UAE's domestic debt market issuance to hit Dh66.1b in 2025
This strategic push aims to build a robust domestic yield curve, reduce reliance on volatile international markets, and foster financial resilience across the emirates.
S&P Global Ratings projects that the UAE federal government and individual emirates will collectively issue approximately Dh66.1 billion ($18 billion) in local currency debt this year, a slight dip from Dh69.7 billion ($19 billion) in 2024. 'About 55 per cent of this will refinance or roll over maturing debt,' said S&P analyst Zahabia Gupta.
Among the rated emirates — Abu Dhabi, Ras Al Khaimah, and Sharjah — only Sharjah is expected to issue debt to address a fiscal deficit, projected at 6.3 per cent of GDP in 2025. Abu Dhabi and Ras Al Khaimah, bolstered by fiscal surpluses, will focus on issuances based on opportunities.
The UAE's domestic debt market, though still nascent, is gaining traction. Since 2021, the federal government has issued Dh27 billion ($7.3 billion) in treasury bonds and sukuk in local currency, accounting for 42 per cent of total issuances. Sharjah has also been active, issuing Dh1 billion in long-term sukuk in July 2024 and reissuing Dh7 billion in short-term sukuk in May 2024. However, most emirate and federal debt remains U.S. dollar-denominated and held externally, exposing issuers to global market volatility.

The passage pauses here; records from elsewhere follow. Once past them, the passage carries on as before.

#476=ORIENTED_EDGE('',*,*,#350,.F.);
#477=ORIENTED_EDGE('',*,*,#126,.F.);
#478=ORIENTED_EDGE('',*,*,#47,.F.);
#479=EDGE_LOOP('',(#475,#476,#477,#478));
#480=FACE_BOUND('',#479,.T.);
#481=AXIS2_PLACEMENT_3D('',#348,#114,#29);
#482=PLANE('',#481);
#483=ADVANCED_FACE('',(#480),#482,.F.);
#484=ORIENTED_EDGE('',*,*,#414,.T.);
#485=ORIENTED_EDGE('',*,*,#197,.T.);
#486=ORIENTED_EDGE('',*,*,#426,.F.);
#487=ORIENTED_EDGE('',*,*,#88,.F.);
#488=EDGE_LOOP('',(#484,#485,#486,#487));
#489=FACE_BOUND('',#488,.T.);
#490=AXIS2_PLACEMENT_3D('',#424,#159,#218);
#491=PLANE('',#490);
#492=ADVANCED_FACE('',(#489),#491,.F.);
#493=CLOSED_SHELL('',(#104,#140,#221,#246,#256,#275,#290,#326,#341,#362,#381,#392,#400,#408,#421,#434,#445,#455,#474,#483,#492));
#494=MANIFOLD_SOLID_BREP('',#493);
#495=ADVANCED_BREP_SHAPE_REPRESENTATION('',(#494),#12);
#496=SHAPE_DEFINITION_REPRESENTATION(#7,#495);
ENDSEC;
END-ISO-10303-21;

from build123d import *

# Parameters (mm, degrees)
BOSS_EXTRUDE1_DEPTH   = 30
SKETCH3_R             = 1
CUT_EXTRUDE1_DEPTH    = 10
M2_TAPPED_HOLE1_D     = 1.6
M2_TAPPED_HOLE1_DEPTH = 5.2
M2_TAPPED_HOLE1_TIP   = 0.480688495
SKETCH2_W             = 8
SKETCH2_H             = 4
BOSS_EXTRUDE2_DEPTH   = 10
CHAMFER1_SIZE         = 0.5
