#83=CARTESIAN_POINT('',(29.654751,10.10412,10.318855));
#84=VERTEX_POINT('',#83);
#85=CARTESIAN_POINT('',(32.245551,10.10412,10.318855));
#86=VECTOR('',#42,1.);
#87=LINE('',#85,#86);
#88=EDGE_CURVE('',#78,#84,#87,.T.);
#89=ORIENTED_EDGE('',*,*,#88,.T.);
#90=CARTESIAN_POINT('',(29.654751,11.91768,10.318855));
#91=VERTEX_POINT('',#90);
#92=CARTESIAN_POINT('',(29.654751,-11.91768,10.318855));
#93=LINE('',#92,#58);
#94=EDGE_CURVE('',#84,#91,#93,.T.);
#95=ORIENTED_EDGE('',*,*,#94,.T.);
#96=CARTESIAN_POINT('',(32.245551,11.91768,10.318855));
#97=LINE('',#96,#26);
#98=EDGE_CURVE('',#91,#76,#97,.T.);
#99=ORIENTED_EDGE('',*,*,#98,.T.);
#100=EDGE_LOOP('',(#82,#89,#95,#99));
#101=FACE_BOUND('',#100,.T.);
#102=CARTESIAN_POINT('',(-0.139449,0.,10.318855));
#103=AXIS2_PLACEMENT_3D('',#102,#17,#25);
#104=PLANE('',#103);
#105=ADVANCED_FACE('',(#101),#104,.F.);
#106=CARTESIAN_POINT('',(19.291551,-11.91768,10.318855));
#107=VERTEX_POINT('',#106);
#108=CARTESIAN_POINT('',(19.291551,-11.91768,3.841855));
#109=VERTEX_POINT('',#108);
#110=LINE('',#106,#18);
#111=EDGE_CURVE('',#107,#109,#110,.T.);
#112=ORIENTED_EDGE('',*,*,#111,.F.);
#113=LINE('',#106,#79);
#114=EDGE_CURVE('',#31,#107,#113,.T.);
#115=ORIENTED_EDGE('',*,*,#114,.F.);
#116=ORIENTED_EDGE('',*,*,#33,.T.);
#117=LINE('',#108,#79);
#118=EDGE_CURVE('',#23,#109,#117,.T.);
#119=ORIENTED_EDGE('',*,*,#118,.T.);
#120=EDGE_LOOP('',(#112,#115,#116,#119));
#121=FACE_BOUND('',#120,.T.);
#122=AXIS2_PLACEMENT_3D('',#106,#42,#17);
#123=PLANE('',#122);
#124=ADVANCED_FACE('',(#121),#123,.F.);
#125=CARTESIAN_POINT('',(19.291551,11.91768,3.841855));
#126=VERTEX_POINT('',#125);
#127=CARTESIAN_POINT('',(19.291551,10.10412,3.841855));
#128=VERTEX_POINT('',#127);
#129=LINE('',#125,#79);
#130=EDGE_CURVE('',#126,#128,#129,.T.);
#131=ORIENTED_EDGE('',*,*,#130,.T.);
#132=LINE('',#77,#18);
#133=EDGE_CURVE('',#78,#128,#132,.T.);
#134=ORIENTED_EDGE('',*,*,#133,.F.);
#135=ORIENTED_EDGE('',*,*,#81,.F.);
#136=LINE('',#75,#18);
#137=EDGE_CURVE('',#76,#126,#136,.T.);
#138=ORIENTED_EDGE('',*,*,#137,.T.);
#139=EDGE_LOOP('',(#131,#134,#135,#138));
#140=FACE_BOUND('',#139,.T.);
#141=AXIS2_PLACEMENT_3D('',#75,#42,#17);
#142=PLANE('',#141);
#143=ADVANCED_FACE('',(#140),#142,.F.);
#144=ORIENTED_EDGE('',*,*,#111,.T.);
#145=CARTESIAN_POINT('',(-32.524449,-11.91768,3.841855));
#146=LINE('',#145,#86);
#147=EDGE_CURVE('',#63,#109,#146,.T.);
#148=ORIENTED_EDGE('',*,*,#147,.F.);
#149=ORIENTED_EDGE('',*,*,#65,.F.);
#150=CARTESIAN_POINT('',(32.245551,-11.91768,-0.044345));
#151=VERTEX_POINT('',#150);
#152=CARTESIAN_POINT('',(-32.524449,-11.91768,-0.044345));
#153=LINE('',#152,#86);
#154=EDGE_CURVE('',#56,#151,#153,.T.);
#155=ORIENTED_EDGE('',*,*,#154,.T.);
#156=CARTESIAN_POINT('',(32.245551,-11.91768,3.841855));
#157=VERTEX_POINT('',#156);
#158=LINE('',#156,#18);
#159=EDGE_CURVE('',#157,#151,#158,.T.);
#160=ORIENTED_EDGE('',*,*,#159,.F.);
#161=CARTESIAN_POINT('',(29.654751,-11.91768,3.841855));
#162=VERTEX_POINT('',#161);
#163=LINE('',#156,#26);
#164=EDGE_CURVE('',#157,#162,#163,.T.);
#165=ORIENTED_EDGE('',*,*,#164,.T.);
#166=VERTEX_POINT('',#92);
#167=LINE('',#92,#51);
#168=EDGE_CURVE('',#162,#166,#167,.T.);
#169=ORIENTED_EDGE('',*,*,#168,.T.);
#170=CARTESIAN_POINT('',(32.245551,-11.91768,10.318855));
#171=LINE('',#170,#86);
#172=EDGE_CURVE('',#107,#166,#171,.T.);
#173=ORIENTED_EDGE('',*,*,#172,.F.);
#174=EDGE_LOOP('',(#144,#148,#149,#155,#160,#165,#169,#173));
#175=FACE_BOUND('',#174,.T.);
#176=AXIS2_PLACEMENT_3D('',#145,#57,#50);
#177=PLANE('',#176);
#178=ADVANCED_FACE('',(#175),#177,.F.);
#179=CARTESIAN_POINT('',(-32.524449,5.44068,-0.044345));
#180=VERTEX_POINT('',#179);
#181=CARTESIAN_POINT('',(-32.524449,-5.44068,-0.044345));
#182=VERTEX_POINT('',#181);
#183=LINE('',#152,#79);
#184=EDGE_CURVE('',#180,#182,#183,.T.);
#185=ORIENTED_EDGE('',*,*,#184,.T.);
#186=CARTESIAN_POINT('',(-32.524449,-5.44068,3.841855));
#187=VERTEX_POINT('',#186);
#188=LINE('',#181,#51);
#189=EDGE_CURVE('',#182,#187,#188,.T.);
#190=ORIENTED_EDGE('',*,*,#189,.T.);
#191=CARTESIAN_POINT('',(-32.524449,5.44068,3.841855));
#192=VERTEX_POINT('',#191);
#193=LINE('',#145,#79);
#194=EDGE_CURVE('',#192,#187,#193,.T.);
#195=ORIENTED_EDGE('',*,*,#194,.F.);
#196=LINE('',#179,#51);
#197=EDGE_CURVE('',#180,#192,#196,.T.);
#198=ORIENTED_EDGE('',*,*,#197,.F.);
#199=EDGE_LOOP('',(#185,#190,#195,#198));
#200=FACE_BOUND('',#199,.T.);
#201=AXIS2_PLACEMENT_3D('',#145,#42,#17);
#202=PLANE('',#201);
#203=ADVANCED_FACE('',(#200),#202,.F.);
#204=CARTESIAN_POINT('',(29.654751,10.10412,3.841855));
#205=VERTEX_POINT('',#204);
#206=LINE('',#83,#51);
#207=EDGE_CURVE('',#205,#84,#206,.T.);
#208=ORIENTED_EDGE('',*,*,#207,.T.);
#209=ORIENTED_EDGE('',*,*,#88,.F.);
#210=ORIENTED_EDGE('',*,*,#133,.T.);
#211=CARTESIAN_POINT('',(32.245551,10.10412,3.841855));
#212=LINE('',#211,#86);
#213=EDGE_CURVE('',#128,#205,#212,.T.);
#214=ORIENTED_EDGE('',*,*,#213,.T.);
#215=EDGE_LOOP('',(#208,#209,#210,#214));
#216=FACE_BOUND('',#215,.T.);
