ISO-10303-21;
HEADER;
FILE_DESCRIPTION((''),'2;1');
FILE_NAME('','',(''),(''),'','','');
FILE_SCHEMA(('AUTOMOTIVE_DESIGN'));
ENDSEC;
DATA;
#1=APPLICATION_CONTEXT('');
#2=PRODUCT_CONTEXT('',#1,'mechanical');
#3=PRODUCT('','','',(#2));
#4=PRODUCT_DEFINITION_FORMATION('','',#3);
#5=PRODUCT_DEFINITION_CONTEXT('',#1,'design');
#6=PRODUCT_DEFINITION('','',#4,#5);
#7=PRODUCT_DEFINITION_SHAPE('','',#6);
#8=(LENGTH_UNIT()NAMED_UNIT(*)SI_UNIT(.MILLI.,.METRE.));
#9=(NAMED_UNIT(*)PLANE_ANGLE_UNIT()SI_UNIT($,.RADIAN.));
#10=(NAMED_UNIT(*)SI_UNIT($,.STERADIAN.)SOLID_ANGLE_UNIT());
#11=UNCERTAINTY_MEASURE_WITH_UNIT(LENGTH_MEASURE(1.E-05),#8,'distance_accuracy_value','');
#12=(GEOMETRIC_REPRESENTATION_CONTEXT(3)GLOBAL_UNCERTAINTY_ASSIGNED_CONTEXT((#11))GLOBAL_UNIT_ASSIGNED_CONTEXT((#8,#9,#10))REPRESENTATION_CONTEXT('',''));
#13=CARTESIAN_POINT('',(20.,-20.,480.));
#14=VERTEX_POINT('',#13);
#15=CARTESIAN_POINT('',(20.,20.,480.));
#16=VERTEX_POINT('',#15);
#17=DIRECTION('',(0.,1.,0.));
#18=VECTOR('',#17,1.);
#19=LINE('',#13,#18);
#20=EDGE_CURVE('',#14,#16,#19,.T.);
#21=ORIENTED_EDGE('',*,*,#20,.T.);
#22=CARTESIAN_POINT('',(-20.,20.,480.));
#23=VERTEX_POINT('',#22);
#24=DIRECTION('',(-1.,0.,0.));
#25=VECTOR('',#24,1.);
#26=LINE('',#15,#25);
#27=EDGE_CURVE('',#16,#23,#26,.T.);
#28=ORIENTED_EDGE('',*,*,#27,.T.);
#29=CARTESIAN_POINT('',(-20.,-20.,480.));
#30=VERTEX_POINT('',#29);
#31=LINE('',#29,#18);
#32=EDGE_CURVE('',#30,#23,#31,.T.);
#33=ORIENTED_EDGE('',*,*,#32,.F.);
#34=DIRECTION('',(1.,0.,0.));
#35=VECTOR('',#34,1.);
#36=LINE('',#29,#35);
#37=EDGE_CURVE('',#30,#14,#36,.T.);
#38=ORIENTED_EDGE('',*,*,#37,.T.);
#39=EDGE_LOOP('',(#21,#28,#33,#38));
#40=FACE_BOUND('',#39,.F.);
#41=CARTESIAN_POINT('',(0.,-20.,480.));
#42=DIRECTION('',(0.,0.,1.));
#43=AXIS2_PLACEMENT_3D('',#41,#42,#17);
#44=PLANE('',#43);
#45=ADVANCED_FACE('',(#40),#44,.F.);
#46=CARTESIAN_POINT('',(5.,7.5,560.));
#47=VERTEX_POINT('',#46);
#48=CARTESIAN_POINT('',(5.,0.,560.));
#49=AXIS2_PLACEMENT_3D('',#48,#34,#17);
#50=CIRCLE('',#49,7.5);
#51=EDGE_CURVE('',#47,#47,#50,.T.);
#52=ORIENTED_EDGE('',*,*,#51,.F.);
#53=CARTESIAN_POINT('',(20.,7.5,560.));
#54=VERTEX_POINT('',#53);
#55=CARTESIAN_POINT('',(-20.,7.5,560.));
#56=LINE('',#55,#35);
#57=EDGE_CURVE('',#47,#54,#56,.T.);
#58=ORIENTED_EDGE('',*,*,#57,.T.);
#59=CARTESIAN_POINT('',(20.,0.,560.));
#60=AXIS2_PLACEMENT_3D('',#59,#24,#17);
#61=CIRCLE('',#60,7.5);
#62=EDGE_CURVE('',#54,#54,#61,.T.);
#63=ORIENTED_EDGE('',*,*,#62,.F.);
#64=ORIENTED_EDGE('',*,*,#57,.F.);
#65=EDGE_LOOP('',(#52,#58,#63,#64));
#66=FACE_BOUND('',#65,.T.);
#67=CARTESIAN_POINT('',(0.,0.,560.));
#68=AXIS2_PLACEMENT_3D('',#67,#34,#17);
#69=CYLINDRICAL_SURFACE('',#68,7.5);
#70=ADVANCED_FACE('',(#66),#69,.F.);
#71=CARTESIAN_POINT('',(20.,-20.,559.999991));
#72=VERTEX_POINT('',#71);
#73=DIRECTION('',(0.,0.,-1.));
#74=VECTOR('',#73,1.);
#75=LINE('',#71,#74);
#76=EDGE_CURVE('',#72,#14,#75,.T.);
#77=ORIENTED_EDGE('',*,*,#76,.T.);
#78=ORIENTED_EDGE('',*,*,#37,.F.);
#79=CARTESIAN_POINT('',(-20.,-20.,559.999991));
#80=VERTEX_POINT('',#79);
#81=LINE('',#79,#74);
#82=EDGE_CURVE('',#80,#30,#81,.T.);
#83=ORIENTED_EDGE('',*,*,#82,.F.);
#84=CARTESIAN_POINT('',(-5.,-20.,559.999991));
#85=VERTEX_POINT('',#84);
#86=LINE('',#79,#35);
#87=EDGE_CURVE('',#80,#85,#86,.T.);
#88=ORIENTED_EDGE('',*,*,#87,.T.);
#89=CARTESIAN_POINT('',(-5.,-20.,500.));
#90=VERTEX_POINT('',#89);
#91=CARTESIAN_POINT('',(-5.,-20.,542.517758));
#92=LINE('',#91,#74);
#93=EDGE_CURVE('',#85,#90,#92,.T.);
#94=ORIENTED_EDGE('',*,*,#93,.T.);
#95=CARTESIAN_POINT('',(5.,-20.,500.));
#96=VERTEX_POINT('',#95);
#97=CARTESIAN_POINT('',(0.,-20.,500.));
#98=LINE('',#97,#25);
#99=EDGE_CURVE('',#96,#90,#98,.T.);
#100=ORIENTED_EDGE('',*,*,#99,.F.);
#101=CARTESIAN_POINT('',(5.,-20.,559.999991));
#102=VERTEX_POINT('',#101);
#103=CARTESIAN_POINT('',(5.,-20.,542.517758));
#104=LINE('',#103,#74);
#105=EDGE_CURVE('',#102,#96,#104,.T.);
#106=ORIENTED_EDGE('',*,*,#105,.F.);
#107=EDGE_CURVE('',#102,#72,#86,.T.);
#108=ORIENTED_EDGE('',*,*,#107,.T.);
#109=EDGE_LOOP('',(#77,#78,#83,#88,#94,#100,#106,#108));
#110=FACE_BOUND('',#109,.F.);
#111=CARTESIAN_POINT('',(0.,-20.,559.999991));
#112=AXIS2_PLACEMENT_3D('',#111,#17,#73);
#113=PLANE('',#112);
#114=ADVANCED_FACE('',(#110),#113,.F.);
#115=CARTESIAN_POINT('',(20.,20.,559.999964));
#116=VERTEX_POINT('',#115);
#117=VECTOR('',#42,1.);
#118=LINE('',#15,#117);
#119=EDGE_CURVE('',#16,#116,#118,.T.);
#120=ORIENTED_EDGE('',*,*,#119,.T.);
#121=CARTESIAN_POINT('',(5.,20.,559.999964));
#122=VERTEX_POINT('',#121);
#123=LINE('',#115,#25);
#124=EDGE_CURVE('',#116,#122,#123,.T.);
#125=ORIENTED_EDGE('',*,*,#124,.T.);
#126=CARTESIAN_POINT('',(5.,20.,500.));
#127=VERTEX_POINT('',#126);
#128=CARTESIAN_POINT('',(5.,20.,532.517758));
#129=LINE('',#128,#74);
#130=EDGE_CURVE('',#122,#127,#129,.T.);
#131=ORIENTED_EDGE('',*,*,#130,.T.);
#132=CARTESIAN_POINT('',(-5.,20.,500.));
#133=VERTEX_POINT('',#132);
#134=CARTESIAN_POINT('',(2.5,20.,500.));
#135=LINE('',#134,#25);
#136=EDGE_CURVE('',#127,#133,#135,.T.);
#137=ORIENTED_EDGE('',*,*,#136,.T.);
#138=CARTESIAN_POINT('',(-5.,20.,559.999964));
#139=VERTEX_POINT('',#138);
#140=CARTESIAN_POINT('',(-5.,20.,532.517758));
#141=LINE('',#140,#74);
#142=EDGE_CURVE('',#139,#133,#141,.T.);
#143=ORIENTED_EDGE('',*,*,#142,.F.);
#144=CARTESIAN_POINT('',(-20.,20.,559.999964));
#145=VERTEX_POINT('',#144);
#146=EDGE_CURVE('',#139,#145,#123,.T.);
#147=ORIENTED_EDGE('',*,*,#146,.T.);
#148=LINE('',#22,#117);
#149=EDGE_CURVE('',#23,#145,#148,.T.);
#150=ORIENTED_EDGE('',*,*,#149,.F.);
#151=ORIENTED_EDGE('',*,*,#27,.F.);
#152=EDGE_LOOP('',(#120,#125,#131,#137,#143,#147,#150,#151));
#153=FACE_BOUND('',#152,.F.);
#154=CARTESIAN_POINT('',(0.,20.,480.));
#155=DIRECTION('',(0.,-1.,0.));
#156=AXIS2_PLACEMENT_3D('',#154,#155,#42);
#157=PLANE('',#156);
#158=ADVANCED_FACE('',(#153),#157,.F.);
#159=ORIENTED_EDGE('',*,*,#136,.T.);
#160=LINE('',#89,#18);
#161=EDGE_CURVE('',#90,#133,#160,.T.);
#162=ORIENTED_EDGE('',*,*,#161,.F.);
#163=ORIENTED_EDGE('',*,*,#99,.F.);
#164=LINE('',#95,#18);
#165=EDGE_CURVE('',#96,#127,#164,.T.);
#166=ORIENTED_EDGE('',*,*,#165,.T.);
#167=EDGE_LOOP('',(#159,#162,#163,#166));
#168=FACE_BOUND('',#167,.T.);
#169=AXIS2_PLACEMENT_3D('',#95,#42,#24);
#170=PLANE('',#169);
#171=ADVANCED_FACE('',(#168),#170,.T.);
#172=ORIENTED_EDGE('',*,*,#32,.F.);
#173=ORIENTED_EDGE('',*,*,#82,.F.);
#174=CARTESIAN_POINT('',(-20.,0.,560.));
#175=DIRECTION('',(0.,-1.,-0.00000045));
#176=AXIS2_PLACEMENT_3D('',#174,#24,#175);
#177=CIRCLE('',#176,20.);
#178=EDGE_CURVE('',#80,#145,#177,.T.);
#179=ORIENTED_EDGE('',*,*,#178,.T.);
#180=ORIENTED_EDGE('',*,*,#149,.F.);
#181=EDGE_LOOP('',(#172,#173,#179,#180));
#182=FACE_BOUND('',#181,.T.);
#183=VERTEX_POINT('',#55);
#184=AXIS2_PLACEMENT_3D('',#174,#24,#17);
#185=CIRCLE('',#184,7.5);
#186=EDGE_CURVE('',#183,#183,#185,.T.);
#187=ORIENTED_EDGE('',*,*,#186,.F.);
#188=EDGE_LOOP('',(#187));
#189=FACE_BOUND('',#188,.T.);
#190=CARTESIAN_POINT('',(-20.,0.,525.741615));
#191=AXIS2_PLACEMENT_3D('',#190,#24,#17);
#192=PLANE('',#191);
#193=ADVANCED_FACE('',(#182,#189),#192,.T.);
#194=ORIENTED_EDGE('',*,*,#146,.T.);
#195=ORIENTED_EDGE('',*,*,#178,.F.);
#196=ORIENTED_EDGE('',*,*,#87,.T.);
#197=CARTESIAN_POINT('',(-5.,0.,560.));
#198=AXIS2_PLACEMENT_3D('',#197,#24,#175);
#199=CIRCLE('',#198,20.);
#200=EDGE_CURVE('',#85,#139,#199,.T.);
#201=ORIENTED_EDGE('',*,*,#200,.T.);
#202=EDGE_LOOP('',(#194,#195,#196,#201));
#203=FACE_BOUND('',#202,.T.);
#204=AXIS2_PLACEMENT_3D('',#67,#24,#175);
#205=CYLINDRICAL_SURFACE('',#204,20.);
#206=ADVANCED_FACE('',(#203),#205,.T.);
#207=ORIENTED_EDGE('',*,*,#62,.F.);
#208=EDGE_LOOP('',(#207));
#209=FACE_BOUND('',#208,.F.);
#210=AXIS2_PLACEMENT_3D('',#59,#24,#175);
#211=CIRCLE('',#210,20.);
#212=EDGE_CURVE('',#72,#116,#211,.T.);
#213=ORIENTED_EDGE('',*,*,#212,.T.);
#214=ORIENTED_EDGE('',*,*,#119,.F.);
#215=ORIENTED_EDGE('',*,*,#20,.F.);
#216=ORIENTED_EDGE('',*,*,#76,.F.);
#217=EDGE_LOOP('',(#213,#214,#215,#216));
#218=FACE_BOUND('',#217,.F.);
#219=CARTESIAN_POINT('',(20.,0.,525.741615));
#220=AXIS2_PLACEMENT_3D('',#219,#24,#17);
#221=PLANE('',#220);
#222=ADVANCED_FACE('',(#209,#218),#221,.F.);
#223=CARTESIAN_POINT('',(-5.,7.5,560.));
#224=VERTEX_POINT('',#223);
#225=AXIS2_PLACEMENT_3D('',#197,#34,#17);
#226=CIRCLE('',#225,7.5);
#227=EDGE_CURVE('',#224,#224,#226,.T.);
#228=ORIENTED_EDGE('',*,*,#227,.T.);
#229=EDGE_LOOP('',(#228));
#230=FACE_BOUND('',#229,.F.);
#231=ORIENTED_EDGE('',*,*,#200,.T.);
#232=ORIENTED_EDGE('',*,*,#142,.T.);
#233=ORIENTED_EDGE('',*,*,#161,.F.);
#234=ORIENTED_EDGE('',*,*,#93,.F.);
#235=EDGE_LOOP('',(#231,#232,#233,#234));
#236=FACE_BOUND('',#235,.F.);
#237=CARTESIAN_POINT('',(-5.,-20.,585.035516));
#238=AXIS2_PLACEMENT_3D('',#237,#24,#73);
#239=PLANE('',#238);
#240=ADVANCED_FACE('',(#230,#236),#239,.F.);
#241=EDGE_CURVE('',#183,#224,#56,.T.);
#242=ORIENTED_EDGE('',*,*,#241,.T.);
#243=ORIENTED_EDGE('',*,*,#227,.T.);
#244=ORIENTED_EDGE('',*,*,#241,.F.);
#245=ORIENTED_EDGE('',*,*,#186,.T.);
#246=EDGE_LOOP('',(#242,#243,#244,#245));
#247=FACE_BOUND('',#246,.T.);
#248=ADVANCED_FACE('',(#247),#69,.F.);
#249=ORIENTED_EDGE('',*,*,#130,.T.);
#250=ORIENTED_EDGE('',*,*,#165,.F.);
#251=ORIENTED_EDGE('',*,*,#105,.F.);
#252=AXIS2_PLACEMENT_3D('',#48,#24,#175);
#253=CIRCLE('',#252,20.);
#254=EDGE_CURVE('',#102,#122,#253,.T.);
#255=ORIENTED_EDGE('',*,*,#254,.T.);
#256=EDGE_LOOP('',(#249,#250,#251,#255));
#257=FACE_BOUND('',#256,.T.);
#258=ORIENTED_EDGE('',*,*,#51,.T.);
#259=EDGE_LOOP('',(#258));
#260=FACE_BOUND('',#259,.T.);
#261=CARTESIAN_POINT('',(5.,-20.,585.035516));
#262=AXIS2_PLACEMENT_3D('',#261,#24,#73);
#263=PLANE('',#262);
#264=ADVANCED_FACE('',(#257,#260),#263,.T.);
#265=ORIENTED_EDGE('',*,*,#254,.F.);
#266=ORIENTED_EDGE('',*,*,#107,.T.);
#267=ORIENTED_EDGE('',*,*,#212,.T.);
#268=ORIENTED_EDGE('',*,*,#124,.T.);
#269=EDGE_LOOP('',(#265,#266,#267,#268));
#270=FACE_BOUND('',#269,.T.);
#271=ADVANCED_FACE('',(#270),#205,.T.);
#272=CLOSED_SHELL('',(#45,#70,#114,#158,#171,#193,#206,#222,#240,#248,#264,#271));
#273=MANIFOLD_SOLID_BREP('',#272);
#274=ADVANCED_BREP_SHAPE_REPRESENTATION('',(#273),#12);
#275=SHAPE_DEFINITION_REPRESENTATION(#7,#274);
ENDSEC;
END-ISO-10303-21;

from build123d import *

# Parameters (mm, degrees)
SKETCH038_W              = 10
SKETCH038_H              = 85.035517
EXTRUDE034_DEPTH         = 50
SKETCH037_R              = 7.5
EXTRUDE033_DEPTH         = 20
CLONE003_PLACEMENT_ANGLE = 180


with BuildPart() as extrude036:
    # Sketch038 (on Face4 of Extrude033) → Extrude034 (new body)
    with BuildSketch(Plane.XZ.offset(20)):
        with Locations((0, 17.482242)):
            Rectangle(SKETCH038_W, SKETCH038_H)
    extrude(amount=-EXTRUDE034_DEPTH)


with BuildPart() as cut018:
    # Sketch037 → Extrude033 (new body, symmetric)
    with BuildSketch(Plane.YZ):
        with BuildLine():
            ThreePointArc((-20, 9e-06), (1.3e-05, -20), (20, 3.6e-05))
            Line((20, 80), (20, 3.6e-05))
            Line((-20, 80), (20, 80))
            Line((-20, 9e-06), (-20, 80))
        make_face()
        Circle(SKETCH037_R, mode=Mode.SUBTRACT)
    extrude(amount=EXTRUDE033_DEPTH, both=True)

    # Cut017: cut Extrude036
    add(extrude036.part, mode=Mode.SUBTRACT)


with BuildPart() as cut018_1:
    # Clone003 placement: moved
    add(cut018.part.moved(Location((0, 0, 560))).rotate(Axis((0, 0, 560), (0, 1, 0)), CLONE003_PLACEMENT_ANGLE))


solid = cut018_1.part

Sharjah's net government debt stood at 50 per cent of GDP and an interest burden consuming 30 per cent of revenues — one of the highest among S&P-rated sovereigns. Despite this, its recent sukuk issuances were well-received, signalling market confidence.
The UAE's well-capitalised banking sector, with rising deposits and healthy loan-to-deposit ratios, provides a safety net. A 2025 report from Moody's Analytics notes that UAE banks' liquidity ratios improved by eight per cent in 2024, positioning them to support lending growth. In extreme scenarios, S&P expects Abu Dhabi-backed federal support for struggling emirates.
Lower oil prices have not deterred fiscal prudence. Abu Dhabi may repay part of its Dh22 billion ($6 billion) debt maturing in 2025, while Dubai continues deleveraging, repaying Dh4.4 billion ($1.2 billion) in Q1 2025. However, Dubai could ramp up borrowing from 2026 to fund major projects like the Al Maktoum International Airport expansion and rainwater drainage upgrades, according to a Bloomberg report.
Ras Al Khaimah, meanwhile, issued a Dh3.7 billion ($1 billion) 10-year sukuk in March 2025 to refinance maturing debt, with tourism projects largely funded by government-related entities to limit fiscal strain.
Regular local currency issuances by Abu Dhabi and the federal government are pivotal for establishing a domestic yield curve, which could streamline pricing for bank and corporate issuances and enable smaller issuers to tap capital markets.
A 2025 Fitch Ratings report highlights that domestic bond issuances could reduce borrowing costs for UAE corporates by 10–15 per cent over the next five years. However, S&P anticipates that international markets and bank funding will remain dominant for corporates in the near term.
The UAE's push to develop its domestic debt market reflects a broader vision of economic diversification and financial stability. By fostering local currency issuances, the emirates are not only shielding themselves from global market volatility but also paving the way for a more inclusive and dynamic capital market ecosystem.